Objective structured clinical examination (OSCE) tools and knowledge tests, based on global and national guidelines, were developed to assess SBAs in management of normal birth, immediate newborn care, and maternal and newborn complications. These assessments were used before and immediately after low-dose sessions, and again 1 year later, to evaluate knowledge and skill acquisition and retention. Master mentors and project staff conducted and collected all OSCE and knowledge test data. Assessments were scanned into Captricity (Oakland, CA, USA) for data capture and cleaning.

Outcomes

Twenty-four hour newborn mortality was defined as the death within 24 h, or before discharge, of a newborn who breathed at birth. The institutional 24-h newborn mortality rate was defined as deaths in the first 24 h per 1000 facility live births. Intrapartum stillbirth was defined as the death of a baby who had heart tones present at the time of the mother’s admission to the facility, was born with no signs of maceration, and did not breathe at birth, and on whom resuscitation attempts were unsuccessful. The institutional intrapartum stillbirth rate was defined as the proportion of all facility births that resulted in intrapartum stillbirth. Training results were the proportion of total test items (knowledge questions or skill steps) performed correctly.

Statistical analysis

We ran a simulation to assess statistical power to detect a reduction in the primary outcome, 24-h newborn mortality, in the original 42 study sites. In each simulation run, the study design was replicated, with four study entry time points (i.e., strata) for 42 facilities. A random effect Poisson model was fit to each study replicate to estimate the intervention effect on the number of newborn deaths, adjusting for the stratum, with the number of deliveries per facility as the offset term. Across the multiple iterations of the study, we calculated the empirical statistical power as the proportion of the simulation runs in which the p-value was less than 0·05 level of significance, indicating that the null hypothesis of no post-intervention difference in the number of deaths is rejected. Results indicated that we had 99% power to detect a 25% decrease in the number of newborn deaths after the intervention.

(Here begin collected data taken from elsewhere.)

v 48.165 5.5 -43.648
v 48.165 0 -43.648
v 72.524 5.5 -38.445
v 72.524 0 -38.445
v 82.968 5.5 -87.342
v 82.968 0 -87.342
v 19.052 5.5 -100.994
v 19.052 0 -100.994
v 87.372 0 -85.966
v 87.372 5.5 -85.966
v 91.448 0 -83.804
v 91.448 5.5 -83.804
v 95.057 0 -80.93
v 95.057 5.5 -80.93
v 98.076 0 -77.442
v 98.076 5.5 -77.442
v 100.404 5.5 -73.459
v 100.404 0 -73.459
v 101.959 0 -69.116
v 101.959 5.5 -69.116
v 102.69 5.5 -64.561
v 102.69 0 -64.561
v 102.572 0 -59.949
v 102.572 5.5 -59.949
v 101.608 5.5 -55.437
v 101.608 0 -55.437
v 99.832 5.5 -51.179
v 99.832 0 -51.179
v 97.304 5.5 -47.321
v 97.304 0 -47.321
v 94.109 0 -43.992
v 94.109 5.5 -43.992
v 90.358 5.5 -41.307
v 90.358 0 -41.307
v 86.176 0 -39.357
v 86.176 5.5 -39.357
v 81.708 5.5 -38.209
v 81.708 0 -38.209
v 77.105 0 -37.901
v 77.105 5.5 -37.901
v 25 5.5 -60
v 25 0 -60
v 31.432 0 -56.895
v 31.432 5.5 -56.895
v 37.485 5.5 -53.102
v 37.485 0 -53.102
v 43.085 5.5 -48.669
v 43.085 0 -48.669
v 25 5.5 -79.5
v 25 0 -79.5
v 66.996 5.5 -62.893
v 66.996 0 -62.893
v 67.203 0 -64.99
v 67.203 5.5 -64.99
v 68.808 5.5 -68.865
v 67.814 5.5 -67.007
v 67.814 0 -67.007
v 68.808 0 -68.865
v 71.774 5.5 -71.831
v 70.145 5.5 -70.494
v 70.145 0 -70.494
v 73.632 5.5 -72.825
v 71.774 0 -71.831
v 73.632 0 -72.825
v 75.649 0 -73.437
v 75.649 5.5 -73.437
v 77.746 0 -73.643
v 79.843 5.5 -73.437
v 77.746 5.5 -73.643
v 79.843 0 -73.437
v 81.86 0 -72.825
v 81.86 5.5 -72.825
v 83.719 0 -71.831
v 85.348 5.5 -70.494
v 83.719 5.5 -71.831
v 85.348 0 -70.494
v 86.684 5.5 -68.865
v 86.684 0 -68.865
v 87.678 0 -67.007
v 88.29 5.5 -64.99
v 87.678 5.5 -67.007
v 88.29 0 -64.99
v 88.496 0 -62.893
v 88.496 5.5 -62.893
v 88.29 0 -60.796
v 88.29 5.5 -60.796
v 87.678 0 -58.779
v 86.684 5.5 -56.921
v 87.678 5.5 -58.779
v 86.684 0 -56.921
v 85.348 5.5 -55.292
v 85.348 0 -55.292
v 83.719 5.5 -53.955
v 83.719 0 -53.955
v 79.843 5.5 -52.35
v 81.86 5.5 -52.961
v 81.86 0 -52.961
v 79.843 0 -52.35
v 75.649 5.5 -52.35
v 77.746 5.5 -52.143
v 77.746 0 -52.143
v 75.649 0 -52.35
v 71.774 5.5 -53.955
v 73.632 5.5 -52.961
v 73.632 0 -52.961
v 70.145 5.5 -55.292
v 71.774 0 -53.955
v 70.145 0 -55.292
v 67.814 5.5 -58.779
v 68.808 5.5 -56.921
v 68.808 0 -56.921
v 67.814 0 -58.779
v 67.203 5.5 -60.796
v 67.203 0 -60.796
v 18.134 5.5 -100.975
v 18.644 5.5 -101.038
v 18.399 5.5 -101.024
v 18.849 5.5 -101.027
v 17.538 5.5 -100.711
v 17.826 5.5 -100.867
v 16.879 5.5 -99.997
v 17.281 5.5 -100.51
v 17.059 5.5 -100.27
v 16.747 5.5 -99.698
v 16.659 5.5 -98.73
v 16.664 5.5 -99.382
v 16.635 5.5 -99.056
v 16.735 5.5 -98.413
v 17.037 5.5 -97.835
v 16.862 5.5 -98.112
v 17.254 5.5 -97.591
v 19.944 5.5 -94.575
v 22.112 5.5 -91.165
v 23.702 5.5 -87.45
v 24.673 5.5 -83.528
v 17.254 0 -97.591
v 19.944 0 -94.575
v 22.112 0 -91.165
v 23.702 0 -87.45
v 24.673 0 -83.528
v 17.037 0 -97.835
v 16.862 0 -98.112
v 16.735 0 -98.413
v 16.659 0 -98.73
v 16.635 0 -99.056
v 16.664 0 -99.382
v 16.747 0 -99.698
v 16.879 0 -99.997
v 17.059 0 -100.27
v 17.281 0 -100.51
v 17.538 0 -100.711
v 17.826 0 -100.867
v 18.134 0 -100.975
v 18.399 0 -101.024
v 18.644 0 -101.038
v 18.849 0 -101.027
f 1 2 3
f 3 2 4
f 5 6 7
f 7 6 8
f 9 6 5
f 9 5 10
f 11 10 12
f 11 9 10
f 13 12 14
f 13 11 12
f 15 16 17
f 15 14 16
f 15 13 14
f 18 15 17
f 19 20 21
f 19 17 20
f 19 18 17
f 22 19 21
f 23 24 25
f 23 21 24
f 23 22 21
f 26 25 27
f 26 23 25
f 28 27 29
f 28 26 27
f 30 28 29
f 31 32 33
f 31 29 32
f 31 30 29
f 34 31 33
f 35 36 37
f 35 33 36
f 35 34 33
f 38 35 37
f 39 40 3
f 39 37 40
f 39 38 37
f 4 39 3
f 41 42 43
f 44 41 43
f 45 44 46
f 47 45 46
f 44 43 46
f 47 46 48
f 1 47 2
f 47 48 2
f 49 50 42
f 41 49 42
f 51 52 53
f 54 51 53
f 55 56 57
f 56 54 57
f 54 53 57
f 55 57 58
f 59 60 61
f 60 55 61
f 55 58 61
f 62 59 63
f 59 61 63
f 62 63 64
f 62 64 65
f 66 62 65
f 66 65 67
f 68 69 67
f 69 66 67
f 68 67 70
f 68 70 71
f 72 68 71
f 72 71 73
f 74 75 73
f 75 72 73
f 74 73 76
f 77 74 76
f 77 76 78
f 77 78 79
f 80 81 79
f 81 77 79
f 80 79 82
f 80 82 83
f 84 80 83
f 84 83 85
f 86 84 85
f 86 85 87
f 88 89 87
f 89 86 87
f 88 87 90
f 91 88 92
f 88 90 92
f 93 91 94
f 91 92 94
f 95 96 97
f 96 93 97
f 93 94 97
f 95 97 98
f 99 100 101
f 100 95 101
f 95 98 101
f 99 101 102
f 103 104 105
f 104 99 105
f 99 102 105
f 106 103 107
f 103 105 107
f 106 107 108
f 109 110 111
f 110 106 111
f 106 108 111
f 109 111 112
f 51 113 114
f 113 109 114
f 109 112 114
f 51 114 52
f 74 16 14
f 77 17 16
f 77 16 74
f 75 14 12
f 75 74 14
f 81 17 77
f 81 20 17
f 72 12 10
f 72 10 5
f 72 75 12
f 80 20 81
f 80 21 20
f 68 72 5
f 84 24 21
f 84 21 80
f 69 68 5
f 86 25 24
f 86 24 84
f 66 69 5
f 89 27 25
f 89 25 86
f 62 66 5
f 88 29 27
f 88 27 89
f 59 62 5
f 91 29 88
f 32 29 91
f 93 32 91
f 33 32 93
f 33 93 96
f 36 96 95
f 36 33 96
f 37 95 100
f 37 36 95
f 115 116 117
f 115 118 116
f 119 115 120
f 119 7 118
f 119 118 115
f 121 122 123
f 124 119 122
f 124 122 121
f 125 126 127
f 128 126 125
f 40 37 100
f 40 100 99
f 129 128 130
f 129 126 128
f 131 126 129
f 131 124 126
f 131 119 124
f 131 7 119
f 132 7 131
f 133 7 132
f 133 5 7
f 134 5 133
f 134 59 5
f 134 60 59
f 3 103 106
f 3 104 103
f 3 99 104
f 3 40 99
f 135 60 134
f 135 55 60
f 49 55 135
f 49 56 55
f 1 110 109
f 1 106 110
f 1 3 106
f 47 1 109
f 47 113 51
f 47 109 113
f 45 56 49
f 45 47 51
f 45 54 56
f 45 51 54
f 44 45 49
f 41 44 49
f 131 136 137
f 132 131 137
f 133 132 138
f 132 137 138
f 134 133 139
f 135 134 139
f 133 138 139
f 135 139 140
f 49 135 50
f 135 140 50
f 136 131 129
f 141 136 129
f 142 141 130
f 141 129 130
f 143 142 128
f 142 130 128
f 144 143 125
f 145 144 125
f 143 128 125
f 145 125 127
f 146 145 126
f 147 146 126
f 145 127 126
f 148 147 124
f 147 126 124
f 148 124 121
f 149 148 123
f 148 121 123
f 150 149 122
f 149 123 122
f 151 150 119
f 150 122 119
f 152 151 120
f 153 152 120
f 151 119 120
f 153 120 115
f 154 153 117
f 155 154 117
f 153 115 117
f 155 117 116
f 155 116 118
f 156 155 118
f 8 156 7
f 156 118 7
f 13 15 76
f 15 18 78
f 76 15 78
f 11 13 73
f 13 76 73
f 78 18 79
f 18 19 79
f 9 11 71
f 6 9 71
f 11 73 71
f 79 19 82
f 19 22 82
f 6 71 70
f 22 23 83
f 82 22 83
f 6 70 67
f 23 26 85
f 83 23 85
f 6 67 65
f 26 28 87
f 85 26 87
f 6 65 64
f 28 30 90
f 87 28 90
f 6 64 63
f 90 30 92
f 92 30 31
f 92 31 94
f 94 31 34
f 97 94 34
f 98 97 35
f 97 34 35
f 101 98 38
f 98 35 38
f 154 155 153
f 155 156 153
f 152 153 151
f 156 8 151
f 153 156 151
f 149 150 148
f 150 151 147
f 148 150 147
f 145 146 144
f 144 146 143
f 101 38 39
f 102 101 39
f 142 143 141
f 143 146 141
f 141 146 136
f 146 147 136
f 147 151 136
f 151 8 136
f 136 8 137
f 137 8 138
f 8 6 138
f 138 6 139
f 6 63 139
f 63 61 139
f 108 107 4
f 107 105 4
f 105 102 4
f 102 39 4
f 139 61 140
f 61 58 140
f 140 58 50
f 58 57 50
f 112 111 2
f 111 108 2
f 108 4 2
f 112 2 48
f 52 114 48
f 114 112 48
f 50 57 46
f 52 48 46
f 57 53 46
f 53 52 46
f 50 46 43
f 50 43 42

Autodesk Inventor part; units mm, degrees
ref_plane "YZ Plane" through (0, 0, 0) normal (1, 0, 0) x (0, 1, 0)
ref_plane "XZ Plane" through (0, 0, 0) normal (0, 1, 0) x (-1, 0, 0)
ref_plane "XY Plane" through (0, 0, 0) normal (0, 0, 1) x (1, 0, 0)
sketch "スケッチ1" plane through (0, 0, 0) normal (0, 1, 0) x (-1, 0, 0)
  line L0 (25, 0) -> (-25, 0)
  line L1 (-25, 0) -> (-25, -104.5)
  line L2 (-25, -104.5) -> (25, -104.5)
  line L3 (25, -104.5) -> (25, 0)
  circle A0 centre (0, 0) radius 25
  circle A1 centre (0, 0) radius 57 construction
  circle A2 centre (0, 0) radius 75 construction
  circle A3 centre (0, 0) radius 10.75
  circle A4 centre (-77.746127, -62.893082) radius 25
  circle A5 centre (-77.746127, -62.893082) radius 10.75
  line L4 (-77.746127, -62.893082) -> (-82.968428, -87.341549)
  line L5 (-82.968428, -87.341549) -> (-5.222301, -103.948468)
  line L6 (5.222301, -55.051532) -> (-72.523826, -38.444614)
  circle A6 centre (0, -79.5) radius 25
  circle A7 centre (0, 0) radius 82
  circle A8 centre (0, 0) radius 65
  line L7 (-48.165066, -43.647753) -> (-96.972293, -33.222313)
  line L8 (-96.972293, -33.222313) -> (-92.794452, -13.663539)
  line L9 (-92.794452, -13.663539) -> (-43.987225, -24.088979)
  line L10 (-43.987225, -24.088979) -> (-48.165066, -43.647753)
  line L11 (-96.972293, -33.222313) -> (-102.194595, -57.67078)
  point P0 (-25, -79.5)
  point P1 (-25, -48.595915)
  point P2 (-25, -60)
  point P3 (-48.165066, -43.647753)
  point P4 (-61.75052, -20.294661)
  dimension "d22" = 130
  dimension "d0" = 114
  dimension "d2" = 150
  dimension "d4" = 21.5
  dimension "d5" = 50
  dimension "d19" = 79.5
  dimension "d20" = 79.5
  dimension "d21" = 164
  dimension "d23" = 20
sketch "スケッチ1 outline for 押し出し1" plane through (0, 0, 0) normal (0, 1, 0) x (-1, 0, 0)
  arc A0 (-72.523826, -38.444614) -> (-82.968428, -87.341549) centre (-77.746127, -62.893082) ccw
  line L0 (-82.968428, -87.341549) -> (-5.222301, -103.948468)
  arc A1 (-5.222301, -103.948468) -> (-25, -79.5) centre (0, -79.5) cw
  line L1 (-25, -79.5) -> (-25, -60)
  arc A2 (-25, -60) -> (-48.165066, -43.647753) centre (0, 0) cw
  line L2 (-48.165066, -43.647753) -> (-72.523826, -38.444614)
  circle A3 centre (-77.746127, -62.893082) radius 10.75
extrude "押し出し1" add sketch "スケッチ1 outline for 押し出し1" along normal blind 5.5
fillet "フィレット1" radius 2 1 edges at (5.2223, 2.75, -103.9485)
equation "\"d20\" = d19"
properties part number "gear_plate_3" material "木材 (カエデ材)"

We assessed institutional mortality rates and SBA competency at all facilities post-implementation compared to pre-implementation and assessed differences between institutional mortality rates at a subset of intervention and non-intervention (i.e., control) facilities during three 6-month time intervals. The entire study period (March 2014 to February 2017) was subdivided into four intervention waves, based on the start date of the intervention, and six calendar periods. For each facility the following variables were defined: intervention stage (coded as 0 for baseline, 1 for months 1–6 after Low-Dose 1, and 2 for months 7–12 after Low-Dose 1), wave (from 1 to 4, depending on the start of the intervention), and calendar period (from 1 to 6). Exploratory analyses included comparison of the observed intrapartum stillbirth or newborn death rates by intervention stage, wave, calendar period, and region. Outcome rate trajectories were plotted over the calendar period by wave to assess for within-group trends. Baseline mortality rates were calculated as a facility-weighted (births or live births) average over the 6-month baseline period. Comparability of mortality rates at baseline was assessed using analysis of variance (ANOVA).

To estimate the effect of the intervention, we fit a series of generalized population-average linear models with negative binomial distribution and a log-link with exchangeable working correlation structure. The models were estimated using generalized estimating equations with robust variance estimates and a negative binomial distribution.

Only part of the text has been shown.